Begin at the line below that has "#9=(NAMED_UNIT(*)PLANE_ANGLE_UNIT()SI_UNIT($,.RADIAN.));" and stop after the line that has "#15=CARTESIAN_POINT('',(0.,0.,0.));". Please restate only those lines, word for word.

━━━━━ MATERIAL SUPPLIED ━━━━━

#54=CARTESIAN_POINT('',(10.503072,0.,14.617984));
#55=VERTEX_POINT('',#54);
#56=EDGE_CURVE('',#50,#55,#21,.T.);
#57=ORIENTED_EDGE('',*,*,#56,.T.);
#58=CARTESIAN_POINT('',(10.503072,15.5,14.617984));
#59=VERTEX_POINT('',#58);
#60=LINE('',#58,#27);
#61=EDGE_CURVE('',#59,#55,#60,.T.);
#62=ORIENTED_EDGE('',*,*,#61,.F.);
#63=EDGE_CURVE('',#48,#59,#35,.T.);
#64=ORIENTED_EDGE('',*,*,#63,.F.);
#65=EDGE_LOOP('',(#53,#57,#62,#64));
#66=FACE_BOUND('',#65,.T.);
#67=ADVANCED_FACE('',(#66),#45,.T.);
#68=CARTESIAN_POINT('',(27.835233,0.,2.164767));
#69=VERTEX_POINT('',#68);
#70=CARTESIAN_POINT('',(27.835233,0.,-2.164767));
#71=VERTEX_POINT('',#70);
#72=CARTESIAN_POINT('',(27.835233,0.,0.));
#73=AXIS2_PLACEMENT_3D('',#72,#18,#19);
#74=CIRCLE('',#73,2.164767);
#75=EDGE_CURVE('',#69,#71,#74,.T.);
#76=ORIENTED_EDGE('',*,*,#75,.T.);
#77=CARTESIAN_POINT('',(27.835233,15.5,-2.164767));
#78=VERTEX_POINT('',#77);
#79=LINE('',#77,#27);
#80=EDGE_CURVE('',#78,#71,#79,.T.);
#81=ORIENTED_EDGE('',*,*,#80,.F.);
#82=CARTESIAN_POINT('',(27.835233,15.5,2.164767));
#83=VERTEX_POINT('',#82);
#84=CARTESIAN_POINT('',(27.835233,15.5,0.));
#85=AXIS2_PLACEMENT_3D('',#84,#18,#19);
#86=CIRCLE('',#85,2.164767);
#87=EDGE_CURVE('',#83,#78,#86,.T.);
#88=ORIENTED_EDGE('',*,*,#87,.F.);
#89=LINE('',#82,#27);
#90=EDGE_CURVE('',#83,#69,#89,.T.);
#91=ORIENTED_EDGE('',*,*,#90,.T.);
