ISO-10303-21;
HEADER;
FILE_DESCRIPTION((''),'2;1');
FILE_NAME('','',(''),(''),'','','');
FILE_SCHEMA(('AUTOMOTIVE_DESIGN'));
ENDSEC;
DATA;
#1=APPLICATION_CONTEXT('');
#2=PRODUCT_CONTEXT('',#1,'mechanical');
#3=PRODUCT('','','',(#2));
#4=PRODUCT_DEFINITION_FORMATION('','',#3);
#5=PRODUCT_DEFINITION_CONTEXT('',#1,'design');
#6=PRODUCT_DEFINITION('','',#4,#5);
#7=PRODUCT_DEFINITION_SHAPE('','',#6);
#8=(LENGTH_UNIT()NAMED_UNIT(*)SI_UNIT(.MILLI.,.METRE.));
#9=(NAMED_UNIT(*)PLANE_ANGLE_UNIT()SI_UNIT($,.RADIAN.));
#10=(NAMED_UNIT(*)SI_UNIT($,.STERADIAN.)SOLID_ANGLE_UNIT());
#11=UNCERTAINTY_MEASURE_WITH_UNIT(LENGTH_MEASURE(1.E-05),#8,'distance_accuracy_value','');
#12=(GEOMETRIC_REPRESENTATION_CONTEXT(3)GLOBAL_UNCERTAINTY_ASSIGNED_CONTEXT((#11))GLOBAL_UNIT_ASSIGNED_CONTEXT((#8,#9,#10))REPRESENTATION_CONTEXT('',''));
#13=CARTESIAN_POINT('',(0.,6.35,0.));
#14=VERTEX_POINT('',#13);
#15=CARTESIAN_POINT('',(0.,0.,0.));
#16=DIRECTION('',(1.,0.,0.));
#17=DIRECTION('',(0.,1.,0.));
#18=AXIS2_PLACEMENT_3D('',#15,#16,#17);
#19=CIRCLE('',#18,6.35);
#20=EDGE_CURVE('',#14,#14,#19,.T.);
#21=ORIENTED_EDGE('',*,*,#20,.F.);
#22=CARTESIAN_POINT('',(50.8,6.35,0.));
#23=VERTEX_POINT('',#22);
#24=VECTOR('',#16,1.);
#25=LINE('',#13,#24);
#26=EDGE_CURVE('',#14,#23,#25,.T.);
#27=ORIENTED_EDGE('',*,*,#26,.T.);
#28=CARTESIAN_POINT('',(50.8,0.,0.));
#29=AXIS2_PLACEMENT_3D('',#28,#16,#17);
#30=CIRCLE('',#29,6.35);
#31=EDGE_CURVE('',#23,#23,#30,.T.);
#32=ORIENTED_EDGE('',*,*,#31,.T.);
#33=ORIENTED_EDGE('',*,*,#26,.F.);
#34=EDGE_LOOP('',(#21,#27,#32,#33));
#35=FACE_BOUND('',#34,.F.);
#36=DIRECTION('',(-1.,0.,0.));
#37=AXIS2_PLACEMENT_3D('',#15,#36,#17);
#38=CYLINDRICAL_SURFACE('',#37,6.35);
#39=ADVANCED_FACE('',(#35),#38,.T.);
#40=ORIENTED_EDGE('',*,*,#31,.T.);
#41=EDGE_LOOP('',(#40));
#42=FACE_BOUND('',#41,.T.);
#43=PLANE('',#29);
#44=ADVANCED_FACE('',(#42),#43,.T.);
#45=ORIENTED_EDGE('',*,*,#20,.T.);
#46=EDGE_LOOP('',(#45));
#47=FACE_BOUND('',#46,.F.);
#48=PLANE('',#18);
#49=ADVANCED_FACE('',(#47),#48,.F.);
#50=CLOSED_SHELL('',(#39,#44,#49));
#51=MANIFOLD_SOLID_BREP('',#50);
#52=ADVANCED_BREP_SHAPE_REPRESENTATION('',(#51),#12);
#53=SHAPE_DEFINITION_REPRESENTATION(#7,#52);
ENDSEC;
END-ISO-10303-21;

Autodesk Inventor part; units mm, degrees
ref_plane "YZ Plane" through (0, 0, 0) normal (1, 0, 0) x (0, 1, 0)
ref_plane "XZ Plane" through (0, 0, 0) normal (0, 1, 0) x (-1, 0, 0)
ref_plane "XY Plane" through (0, 0, 0) normal (0, 0, 1) x (1, 0, 0)
sketch "Sketch1" plane through (0, 0, 0) normal (0, 0, 1) x (1, 0, 0)
  point P0 (0, 0)
sketch "Sketch2" plane through (0, 0, 0) normal (1, 0, 0) x (0, 1, 0)
  circle A0 centre (0, 0) radius 6.35
  dimension "d0" = 12.7
extrude "Extrusion1" add sketch "Sketch2" along normal blind 50.8
equation "\"BendRadius\" = Thickness"
equation "\"BendReliefWidth\" = Thickness"
equation "\"BendReliefDepth\" = 0.5 * Thickness"
equation "\"CornerReliefSize\" = 4 * Thickness"
equation "\"MinimumRemnant\" = 2 * Thickness"
equation "\"TransitionRadius\" = BendRadius"
equation "\"JacobiRadiusSize\" = BendRadius"
equation "\"GapSize\" = Thickness"
equation "\"Thickness\" = 3.048"
properties part number "new slider"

━━━━━

WRITTEN RESPONSE ▸
#9=(NAMED_UNIT(*)PLANE_ANGLE_UNIT()SI_UNIT($,.RADIAN.));
#10=(NAMED_UNIT(*)SI_UNIT($,.STERADIAN.)SOLID_ANGLE_UNIT());
#11=UNCERTAINTY_MEASURE_WITH_UNIT(LENGTH_MEASURE(1.E-05),#8,'distance_accuracy_value','');
#12=(GEOMETRIC_REPRESENTATION_CONTEXT(3)GLOBAL_UNCERTAINTY_ASSIGNED_CONTEXT((#11))GLOBAL_UNIT_ASSIGNED_CONTEXT((#8,#9,#10))REPRESENTATION_CONTEXT('',''));
#13=CARTESIAN_POINT('',(0.,6.35,0.));
#14=VERTEX_POINT('',#13);
#15=CARTESIAN_POINT('',(0.,0.,0.));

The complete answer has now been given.